Using newton's raphson method, generate following schemes:
- $x_{n+1}=\frac12\left(x_n+\frac{a}{x_n}\right)$ for computing $\sqrt a$
- $x_{n+1}=x_n(2-ax_n)$ for computing $a^{-1}$
what I understand is, the square root of $a$ is the number of $x$ which satisfies the following equations: $$\sqrt x=\sqrt a\implies\sqrt x-\sqrt a=0$$ Now, letting $f(x)=\sqrt x-\sqrt a$ , we can apply newton's raphson method:
$$x_{n+1}=x_n-\frac{f(x_n)}{f'(x_n)}=x_n-\frac{\sqrt x_n-\sqrt a}{\frac{1}{2\sqrt x_n}}=-x_n+2\sqrt a\sqrt x_n$$
Which seems not the correct form for what they asked. Even same for second one also. Another question is, "When I write program for second one, it always blow up to infinity for any number $>1$". Is there any typo in $x_{n+1}=x_n(2-ax_n)$ for computing $a^{-1}$?
The square root of $a$ is not the number that satisfies $\sqrt x=\sqrt a$ (this is $a$ itself).
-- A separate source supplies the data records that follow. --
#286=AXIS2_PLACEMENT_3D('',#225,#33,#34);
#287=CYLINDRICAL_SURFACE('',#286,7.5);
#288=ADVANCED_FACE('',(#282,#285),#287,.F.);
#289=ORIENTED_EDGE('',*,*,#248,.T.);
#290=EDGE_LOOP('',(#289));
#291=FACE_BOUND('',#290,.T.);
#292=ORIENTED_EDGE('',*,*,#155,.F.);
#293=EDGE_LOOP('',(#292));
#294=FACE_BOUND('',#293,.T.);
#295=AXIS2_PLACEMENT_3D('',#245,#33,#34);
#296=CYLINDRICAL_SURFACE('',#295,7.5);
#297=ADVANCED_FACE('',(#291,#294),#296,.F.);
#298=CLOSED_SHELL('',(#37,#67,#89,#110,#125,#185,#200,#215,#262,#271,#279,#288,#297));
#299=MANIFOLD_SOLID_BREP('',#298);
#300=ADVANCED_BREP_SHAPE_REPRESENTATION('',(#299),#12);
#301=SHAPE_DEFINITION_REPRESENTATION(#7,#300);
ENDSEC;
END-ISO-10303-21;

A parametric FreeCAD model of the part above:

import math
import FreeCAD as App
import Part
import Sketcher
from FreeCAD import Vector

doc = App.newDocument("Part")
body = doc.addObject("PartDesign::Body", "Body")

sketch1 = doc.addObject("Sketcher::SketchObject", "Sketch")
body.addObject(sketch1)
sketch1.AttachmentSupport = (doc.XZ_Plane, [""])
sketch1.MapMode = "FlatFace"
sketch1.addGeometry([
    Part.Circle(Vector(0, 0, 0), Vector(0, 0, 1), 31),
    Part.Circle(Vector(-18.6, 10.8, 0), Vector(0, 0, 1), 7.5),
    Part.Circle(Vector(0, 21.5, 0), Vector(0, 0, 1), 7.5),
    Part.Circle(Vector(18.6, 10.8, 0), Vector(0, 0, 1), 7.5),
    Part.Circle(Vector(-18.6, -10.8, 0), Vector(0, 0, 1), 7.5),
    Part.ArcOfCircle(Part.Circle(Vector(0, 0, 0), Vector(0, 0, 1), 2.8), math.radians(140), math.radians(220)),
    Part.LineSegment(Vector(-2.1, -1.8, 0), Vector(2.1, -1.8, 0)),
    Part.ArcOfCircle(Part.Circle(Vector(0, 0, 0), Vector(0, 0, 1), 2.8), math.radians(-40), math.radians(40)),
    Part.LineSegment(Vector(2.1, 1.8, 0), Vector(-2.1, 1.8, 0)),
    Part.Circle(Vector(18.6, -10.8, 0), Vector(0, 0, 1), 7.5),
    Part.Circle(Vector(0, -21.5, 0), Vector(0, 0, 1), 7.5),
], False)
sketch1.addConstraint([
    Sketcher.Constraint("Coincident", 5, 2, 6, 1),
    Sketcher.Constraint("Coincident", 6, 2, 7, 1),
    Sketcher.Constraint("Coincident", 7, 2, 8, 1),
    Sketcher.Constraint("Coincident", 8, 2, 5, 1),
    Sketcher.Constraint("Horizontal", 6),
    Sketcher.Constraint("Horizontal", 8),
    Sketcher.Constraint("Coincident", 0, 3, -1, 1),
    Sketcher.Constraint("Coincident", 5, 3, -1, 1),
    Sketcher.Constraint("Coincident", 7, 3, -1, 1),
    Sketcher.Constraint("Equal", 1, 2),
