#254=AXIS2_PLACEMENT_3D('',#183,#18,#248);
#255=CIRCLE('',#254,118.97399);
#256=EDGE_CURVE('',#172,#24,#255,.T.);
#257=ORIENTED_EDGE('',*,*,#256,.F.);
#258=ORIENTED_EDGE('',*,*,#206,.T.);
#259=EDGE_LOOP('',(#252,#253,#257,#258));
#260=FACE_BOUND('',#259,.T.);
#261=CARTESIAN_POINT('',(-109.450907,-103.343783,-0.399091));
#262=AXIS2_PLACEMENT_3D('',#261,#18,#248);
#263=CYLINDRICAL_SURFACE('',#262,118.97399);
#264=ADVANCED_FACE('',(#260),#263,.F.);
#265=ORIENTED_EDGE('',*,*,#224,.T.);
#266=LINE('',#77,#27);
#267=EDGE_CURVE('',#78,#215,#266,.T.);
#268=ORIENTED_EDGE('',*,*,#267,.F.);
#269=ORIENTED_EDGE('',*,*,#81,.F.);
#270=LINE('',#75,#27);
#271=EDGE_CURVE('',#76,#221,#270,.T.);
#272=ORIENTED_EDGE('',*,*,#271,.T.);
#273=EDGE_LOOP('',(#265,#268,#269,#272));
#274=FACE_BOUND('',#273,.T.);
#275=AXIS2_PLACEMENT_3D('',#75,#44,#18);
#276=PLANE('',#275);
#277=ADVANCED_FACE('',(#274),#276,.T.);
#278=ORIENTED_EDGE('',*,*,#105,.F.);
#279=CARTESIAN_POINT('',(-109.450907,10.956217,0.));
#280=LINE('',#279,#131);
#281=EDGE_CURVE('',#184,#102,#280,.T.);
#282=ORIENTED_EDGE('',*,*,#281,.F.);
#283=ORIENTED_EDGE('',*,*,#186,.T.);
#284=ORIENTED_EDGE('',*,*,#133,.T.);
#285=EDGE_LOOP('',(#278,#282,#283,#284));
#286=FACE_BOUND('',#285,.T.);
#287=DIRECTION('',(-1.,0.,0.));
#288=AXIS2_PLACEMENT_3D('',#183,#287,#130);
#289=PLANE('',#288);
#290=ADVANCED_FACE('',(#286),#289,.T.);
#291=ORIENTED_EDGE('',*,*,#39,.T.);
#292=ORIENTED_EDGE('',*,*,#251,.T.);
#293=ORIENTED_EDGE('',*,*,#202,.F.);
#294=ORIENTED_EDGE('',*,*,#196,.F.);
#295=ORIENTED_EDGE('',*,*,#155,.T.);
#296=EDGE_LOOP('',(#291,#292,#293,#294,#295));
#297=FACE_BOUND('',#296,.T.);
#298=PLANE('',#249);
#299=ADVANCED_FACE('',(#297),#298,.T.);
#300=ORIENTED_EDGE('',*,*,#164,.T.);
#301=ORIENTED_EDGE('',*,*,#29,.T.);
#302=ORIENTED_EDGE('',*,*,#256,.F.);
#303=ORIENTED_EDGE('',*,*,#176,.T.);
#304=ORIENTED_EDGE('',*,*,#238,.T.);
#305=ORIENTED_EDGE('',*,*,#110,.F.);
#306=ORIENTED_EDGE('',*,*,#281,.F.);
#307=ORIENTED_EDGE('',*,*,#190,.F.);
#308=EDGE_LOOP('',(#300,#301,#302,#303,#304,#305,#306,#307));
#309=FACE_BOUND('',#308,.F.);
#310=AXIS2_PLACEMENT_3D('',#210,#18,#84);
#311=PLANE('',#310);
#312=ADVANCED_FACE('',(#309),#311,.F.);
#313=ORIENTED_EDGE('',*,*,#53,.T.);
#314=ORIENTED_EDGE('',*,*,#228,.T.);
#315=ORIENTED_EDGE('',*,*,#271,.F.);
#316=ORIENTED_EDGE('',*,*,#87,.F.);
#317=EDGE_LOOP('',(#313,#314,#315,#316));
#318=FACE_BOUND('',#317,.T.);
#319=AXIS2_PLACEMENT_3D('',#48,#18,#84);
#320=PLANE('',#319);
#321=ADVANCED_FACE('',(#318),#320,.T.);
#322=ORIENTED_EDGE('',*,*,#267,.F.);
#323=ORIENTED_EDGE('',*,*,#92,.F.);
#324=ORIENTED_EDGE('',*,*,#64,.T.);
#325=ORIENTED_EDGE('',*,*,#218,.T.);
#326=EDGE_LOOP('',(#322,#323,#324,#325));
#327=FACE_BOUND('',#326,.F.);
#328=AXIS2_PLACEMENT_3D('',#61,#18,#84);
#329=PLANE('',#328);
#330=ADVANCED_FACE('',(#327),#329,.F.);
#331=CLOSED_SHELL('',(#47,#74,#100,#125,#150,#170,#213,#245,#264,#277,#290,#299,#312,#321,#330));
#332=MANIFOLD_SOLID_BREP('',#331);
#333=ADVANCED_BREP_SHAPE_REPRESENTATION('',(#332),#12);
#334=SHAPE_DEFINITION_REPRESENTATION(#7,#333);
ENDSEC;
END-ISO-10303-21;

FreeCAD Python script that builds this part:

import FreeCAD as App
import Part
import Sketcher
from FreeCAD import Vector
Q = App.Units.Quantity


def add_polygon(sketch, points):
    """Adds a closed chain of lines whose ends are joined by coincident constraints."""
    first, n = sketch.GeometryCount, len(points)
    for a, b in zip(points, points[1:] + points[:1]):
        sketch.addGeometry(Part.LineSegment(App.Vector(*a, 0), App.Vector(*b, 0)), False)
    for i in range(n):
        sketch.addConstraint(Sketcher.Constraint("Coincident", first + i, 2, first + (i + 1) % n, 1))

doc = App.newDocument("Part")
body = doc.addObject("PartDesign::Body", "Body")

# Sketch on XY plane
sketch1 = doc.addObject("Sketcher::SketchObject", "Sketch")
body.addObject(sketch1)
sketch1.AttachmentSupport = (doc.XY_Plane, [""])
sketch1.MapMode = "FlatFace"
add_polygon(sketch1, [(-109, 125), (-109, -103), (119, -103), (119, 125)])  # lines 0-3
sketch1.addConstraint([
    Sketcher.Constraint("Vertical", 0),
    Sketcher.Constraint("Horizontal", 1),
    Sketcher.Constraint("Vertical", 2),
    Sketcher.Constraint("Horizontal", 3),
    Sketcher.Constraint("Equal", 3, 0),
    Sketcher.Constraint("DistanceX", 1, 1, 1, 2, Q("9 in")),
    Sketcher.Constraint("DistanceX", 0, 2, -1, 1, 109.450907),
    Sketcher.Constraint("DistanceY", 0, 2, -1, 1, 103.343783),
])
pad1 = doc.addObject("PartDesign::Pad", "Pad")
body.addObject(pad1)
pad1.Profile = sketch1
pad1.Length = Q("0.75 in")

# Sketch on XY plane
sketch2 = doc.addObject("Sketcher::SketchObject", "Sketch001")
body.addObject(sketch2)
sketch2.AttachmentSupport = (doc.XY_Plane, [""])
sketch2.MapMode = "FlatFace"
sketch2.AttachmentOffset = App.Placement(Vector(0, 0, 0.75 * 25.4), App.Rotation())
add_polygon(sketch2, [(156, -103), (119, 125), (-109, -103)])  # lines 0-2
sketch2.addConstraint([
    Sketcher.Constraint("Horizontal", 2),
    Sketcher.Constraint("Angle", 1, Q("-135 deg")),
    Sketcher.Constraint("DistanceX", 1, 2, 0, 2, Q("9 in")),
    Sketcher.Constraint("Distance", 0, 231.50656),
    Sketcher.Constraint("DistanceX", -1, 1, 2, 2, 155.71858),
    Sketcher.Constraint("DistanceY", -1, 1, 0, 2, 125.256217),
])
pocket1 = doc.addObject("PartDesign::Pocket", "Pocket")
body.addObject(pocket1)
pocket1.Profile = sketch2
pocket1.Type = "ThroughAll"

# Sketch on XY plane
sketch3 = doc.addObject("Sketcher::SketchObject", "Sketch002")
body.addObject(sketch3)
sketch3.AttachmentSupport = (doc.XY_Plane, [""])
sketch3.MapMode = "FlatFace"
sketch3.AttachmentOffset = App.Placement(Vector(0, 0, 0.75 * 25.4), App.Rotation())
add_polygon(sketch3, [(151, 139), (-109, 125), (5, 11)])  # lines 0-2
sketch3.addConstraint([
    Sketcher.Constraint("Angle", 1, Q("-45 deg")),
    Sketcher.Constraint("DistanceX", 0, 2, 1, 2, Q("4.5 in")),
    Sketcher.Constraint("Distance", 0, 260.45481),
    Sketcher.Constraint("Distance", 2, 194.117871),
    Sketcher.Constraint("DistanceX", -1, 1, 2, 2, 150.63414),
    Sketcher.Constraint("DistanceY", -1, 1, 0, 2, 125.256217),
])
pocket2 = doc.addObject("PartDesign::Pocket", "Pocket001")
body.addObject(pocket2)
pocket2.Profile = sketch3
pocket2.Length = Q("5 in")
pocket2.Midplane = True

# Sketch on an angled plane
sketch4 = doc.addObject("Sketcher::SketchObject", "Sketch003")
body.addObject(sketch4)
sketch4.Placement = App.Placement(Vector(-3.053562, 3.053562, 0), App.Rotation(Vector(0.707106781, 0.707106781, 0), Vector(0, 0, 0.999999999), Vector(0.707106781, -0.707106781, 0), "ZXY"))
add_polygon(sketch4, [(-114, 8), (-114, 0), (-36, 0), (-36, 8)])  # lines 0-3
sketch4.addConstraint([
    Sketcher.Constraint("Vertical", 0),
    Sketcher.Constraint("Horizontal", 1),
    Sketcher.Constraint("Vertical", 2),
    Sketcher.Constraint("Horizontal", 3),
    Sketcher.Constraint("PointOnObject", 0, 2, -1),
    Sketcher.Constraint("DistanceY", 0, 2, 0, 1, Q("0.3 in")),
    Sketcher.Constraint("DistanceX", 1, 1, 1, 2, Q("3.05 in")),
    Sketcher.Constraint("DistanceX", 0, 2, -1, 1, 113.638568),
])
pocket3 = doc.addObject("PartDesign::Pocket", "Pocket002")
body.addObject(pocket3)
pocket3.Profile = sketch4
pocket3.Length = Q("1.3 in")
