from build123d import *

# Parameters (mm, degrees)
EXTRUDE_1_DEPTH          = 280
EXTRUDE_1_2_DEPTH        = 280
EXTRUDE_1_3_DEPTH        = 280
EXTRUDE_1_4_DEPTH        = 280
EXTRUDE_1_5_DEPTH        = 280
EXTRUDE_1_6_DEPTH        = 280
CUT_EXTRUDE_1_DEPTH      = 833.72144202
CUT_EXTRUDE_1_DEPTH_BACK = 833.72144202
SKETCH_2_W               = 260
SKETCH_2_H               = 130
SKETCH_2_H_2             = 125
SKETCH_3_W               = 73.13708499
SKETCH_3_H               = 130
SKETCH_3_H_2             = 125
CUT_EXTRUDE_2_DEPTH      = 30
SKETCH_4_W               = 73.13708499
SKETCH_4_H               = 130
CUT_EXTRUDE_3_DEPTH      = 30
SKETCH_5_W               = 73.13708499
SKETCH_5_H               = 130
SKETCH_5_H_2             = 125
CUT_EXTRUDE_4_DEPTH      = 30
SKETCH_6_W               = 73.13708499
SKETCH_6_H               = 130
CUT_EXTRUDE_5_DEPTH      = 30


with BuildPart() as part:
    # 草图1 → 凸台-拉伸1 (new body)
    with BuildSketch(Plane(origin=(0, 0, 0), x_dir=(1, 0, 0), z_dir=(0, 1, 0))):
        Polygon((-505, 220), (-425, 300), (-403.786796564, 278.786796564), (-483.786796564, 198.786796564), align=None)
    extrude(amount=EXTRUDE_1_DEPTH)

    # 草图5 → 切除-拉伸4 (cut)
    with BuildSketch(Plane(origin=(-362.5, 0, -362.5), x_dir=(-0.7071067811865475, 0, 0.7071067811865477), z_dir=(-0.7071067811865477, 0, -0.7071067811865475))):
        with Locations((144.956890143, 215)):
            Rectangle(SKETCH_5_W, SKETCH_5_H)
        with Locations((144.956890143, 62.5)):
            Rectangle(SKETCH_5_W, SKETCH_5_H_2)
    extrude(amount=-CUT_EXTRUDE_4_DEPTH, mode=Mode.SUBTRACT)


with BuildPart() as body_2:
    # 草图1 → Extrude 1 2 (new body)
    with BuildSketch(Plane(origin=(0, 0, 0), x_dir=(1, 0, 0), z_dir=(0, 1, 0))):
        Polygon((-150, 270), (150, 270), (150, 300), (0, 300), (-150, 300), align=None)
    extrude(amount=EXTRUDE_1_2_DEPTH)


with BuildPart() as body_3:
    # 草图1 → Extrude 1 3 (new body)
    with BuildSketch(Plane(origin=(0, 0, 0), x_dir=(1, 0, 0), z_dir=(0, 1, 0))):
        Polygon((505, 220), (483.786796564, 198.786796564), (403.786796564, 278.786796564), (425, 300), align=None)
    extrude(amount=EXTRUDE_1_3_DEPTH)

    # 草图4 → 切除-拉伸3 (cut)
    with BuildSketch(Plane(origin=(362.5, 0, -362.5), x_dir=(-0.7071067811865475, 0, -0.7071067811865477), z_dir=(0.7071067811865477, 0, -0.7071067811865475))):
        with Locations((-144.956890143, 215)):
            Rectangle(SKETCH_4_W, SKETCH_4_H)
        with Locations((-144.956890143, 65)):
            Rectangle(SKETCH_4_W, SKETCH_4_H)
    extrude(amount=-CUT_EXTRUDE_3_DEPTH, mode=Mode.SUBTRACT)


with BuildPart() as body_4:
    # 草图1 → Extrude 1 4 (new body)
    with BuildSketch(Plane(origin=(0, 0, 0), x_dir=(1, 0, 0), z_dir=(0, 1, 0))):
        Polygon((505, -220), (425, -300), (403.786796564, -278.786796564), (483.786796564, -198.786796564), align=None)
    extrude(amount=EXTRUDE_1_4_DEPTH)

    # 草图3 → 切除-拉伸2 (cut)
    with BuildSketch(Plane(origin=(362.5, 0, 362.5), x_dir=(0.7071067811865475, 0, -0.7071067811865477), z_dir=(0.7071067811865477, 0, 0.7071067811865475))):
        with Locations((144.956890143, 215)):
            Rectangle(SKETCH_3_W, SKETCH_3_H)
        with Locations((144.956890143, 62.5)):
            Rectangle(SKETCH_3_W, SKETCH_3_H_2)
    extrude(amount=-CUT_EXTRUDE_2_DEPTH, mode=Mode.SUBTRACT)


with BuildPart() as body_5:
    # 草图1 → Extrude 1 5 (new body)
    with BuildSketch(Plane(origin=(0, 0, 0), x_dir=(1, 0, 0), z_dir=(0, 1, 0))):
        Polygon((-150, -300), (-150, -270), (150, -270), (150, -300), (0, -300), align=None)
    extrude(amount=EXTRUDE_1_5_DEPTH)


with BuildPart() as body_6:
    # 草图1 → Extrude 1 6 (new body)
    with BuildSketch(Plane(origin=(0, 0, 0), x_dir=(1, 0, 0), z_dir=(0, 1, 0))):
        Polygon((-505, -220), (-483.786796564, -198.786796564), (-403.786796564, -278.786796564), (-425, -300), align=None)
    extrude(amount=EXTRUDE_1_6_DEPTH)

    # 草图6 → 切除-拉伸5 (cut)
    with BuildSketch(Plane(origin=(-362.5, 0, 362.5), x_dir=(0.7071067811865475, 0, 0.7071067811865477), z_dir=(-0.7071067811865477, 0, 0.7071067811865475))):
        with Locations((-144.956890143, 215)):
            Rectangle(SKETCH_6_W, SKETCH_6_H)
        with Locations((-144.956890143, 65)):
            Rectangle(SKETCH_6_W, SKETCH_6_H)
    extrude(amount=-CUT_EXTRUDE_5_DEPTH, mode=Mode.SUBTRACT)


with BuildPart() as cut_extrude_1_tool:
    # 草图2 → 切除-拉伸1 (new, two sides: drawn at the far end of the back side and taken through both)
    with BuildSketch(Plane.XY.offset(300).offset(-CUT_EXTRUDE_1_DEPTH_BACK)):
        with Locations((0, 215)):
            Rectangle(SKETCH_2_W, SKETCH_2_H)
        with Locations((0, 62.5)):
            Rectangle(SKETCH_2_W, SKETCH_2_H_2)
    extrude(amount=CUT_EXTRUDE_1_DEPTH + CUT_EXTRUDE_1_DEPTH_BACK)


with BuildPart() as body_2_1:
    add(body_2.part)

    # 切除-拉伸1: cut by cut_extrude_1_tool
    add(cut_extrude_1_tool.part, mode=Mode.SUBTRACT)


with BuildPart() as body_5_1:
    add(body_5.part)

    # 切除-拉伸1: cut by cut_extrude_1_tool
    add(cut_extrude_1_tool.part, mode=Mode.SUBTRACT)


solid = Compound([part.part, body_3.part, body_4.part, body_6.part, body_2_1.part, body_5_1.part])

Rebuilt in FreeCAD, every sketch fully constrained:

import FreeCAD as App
import Part
import Sketcher

V = App.Vector
Q = App.Units.Quantity


def add_polygon(sketch, points):
    """Adds a closed chain of lines whose ends are joined by coincident constraints."""
    first, n = sketch.GeometryCount, len(points)
    for a, b in zip(points, points[1:] + points[:1]):
        sketch.addGeometry(Part.LineSegment(App.Vector(*a, 0), App.Vector(*b, 0)), False)
    for i in range(n):
        sketch.addConstraint(Sketcher.Constraint("Coincident", first + i, 2, first + (i + 1) % n, 1))

doc = App.newDocument("Part")
body = doc.addObject("PartDesign::Body", "Body")

# Sketch on XZ plane
sketch1 = body.newObject("Sketcher::SketchObject", "Sketch")
sketch1.AttachmentSupport = (doc.getObject("XZ_Plane"), [""])
sketch1.MapMode = "FlatFace"
add_polygon(sketch1, [(-425, -300), (-505, -220), (-484, -199), (-404, -279)])  # lines 0-3
sketch1.addConstraint(Sketcher.Constraint("Perpendicular", 0, 1))
sketch1.addConstraint(Sketcher.Constraint("Perpendicular", 1, 2))
sketch1.addConstraint(Sketcher.Constraint("Perpendicular", 2, 3))
sketch1.addConstraint(Sketcher.Constraint("Angle", 0, Q("135 deg")))
sketch1.addConstraint(Sketcher.Constraint("Distance", 1, Q("30 mm")))
sketch1.addConstraint(Sketcher.Constraint("DistanceX", 0, 2, -1, 1, Q("505 mm")))
sketch1.addConstraint(Sketcher.Constraint("DistanceY", 0, 2, -1, 1, Q("220 mm")))
sketch1.addConstraint(Sketcher.Constraint("DistanceX", 3, 2, -1, 1, Q("425 mm")))
pad1 = body.newObject("PartDesign::Pad", "Pad")
pad1.Profile = sketch1
pad1.Length = 280
pad1.Reversed = True

# Sketch on an angled plane
sketch2 = body.newObject("Sketcher::SketchObject", "Sketch001")
sketch2.Placement = App.Placement(V(-362.5, 0, -362.5), App.Rotation(V(-0.707106781, 0, 0.707106781), V(0, 0.999999999, 0), V(-0.707106781, 0, -0.707106781), "ZXY"))
add_polygon(sketch2, [(108, 280), (108, 150), (182, 150), (182, 280)])  # lines 0-3
add_polygon(sketch2, [(108, 125), (108, 0), (182, 0), (182, 125)])  # lines 4-7
sketch2.addConstraint(Sketcher.Constraint("Vertical", 0))
sketch2.addConstraint(Sketcher.Constraint("Horizontal", 1))
sketch2.addConstraint(Sketcher.Constraint("Vertical", 2))
sketch2.addConstraint(Sketcher.Constraint("Horizontal", 3))
sketch2.addConstraint(Sketcher.Constraint("Vertical", 4))
sketch2.addConstraint(Sketcher.Constraint("Horizontal", 5))
sketch2.addConstraint(Sketcher.Constraint("Vertical", 6))
sketch2.addConstraint(Sketcher.Constraint("Horizontal", 7))
sketch2.addConstraint(Sketcher.Constraint("PointOnObject", 4, 2, -1))
sketch2.addConstraint(Sketcher.Constraint("Vertical", 3, 2, 4, 2))
sketch2.addConstraint(Sketcher.Constraint("Vertical", 2, 2, 5, 2))
sketch2.addConstraint(Sketcher.Constraint("DistanceY", 0, 2, 0, 1, Q("130 mm")))
sketch2.addConstraint(Sketcher.Constraint("DistanceY", 4, 2, 4, 1, Q("125 mm")))
sketch2.addConstraint(Sketcher.Constraint("DistanceY", -1, 1, 0, 2, Q("150 mm")))
sketch2.addConstraint(Sketcher.Constraint("DistanceX", 1, 1, 1, 2, Q("73.137085 mm")))
sketch2.addConstraint(Sketcher.Constraint("DistanceX", -1, 1, 0, 2, Q("108.388348 mm")))
pocket1 = body.newObject("PartDesign::Pocket", "Pocket")
pocket1.Profile = sketch2
pocket1.Length = 30
body2 = doc.addObject("PartDesign::Body", "Body001")

# Sketch on XZ plane
sketch3 = body2.newObject("Sketcher::SketchObject", "Sketch002")
sketch3.AttachmentSupport = (doc.getObject("XZ_Plane001"), [""])
sketch3.MapMode = "FlatFace"
add_polygon(sketch3, [(-150, -270), (150, -270), (150, -300), (-150, -300)])  # lines 0-3
sketch3.addConstraint(Sketcher.Constraint("Horizontal", 0))
sketch3.addConstraint(Sketcher.Constraint("Vertical", 1))
sketch3.addConstraint(Sketcher.Constraint("Horizontal", 2))
sketch3.addConstraint(Sketcher.Constraint("Vertical", 3))
sketch3.addConstraint(Sketcher.Constraint("DistanceX", 0, 1, 0, 2, Q("300 mm")))
sketch3.addConstraint(Sketcher.Constraint("DistanceY", 1, 2, 1, 1, Q("30 mm")))
sketch3.addConstraint(Sketcher.Constraint("DistanceX", -1, 1, 0, 2, Q("150 mm")))
sketch3.addConstraint(Sketcher.Constraint("DistanceY", 0, 2, -1, 1, Q("270 mm")))
pad2 = body2.newObject("PartDesign::Pad", "Pad001")
pad2.Profile = sketch3
pad2.Length = 280
pad2.Reversed = True
body3 = doc.addObject("PartDesign::Body", "Body002")

# Sketch on XZ plane
sketch4 = body3.newObject("Sketcher::SketchObject", "Sketch003")
sketch4.AttachmentSupport = (doc.getObject("XZ_Plane002"), [""])
sketch4.MapMode = "FlatFace"
add_polygon(sketch4, [(484, -199), (505, -220), (425, -300), (404, -279)])  # lines 0-3
sketch4.addConstraint(Sketcher.Constraint("Perpendicular", 0, 1))
sketch4.addConstraint(Sketcher.Constraint("Perpendicular", 1, 2))
sketch4.addConstraint(Sketcher.Constraint("Perpendicular", 2, 3))
sketch4.addConstraint(Sketcher.Constraint("Angle", 0, Q("-45 deg")))
sketch4.addConstraint(Sketcher.Constraint("Distance", 0, Q("30 mm")))
sketch4.addConstraint(Sketcher.Constraint("DistanceX", -1, 1, 0, 2, Q("505 mm")))
sketch4.addConstraint(Sketcher.Constraint("DistanceY", 0, 2, -1, 1, Q("220 mm")))
sketch4.addConstraint(Sketcher.Constraint("DistanceX", -1, 1, 1, 2, Q("425 mm")))
pad3 = body3.newObject("PartDesign::Pad", "Pad002")
pad3.Profile = sketch4
pad3.Length = 280
pad3.Reversed = True

# Sketch on an angled plane
sketch5 = body3.newObject("Sketcher::SketchObject", "Sketch004")
sketch5.Placement = App.Placement(V(362.5, 0, -362.5), App.Rotation(V(-0.707106781, 0, -0.707106781), V(0, 0.999999999, 0), V(0.707106781, 0, -0.707106781), "ZXY"))
add_polygon(sketch5, [(-182, 280), (-182, 150), (-108, 150), (-108, 280)])  # lines 0-3
add_polygon(sketch5, [(-182, 130), (-182, 0), (-108, 0), (-108, 130)])  # lines 4-7
sketch5.addConstraint(Sketcher.Constraint("Vertical", 0))
sketch5.addConstraint(Sketcher.Constraint("Horizontal", 1))
sketch5.addConstraint(Sketcher.Constraint("Vertical", 2))
sketch5.addConstraint(Sketcher.Constraint("Horizontal", 3))
sketch5.addConstraint(Sketcher.Constraint("Vertical", 4))
sketch5.addConstraint(Sketcher.Constraint("Horizontal", 5))
sketch5.addConstraint(Sketcher.Constraint("Vertical", 6))
sketch5.addConstraint(Sketcher.Constraint("Horizontal", 7))
sketch5.addConstraint(Sketcher.Constraint("PointOnObject", 4, 2, -1))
It is the positive number that satisfies $x=\sqrt a$, or $x^2=a$.
Iterative methods have a domain of convergence, meaning that for some starting values they can fail to converge. Convergence is ensured when the distance to the root decreases on every iteration.
In the case of the inverse, you should ensure that $2-ax>0$ to keep positive estimates, hence the initial values must no be too large. For instance, it works well with $a=2,x_0=0.1$, giving the iterates
$$0.1,0.18,0.2952,0.41611392,0.4859262511645,0.4996038591874,0.4999996861449\cdots$$
A simple way to find good initial values is to determine the integer power of $2$ closest to the given $a$, let $2^n$. Then
$$\sqrt a\approx 2^{n/2}\text{ or }\sqrt2\,2^{(n-1)/2}$$
and
$$a^{-1}\approx 2^{-n}.$$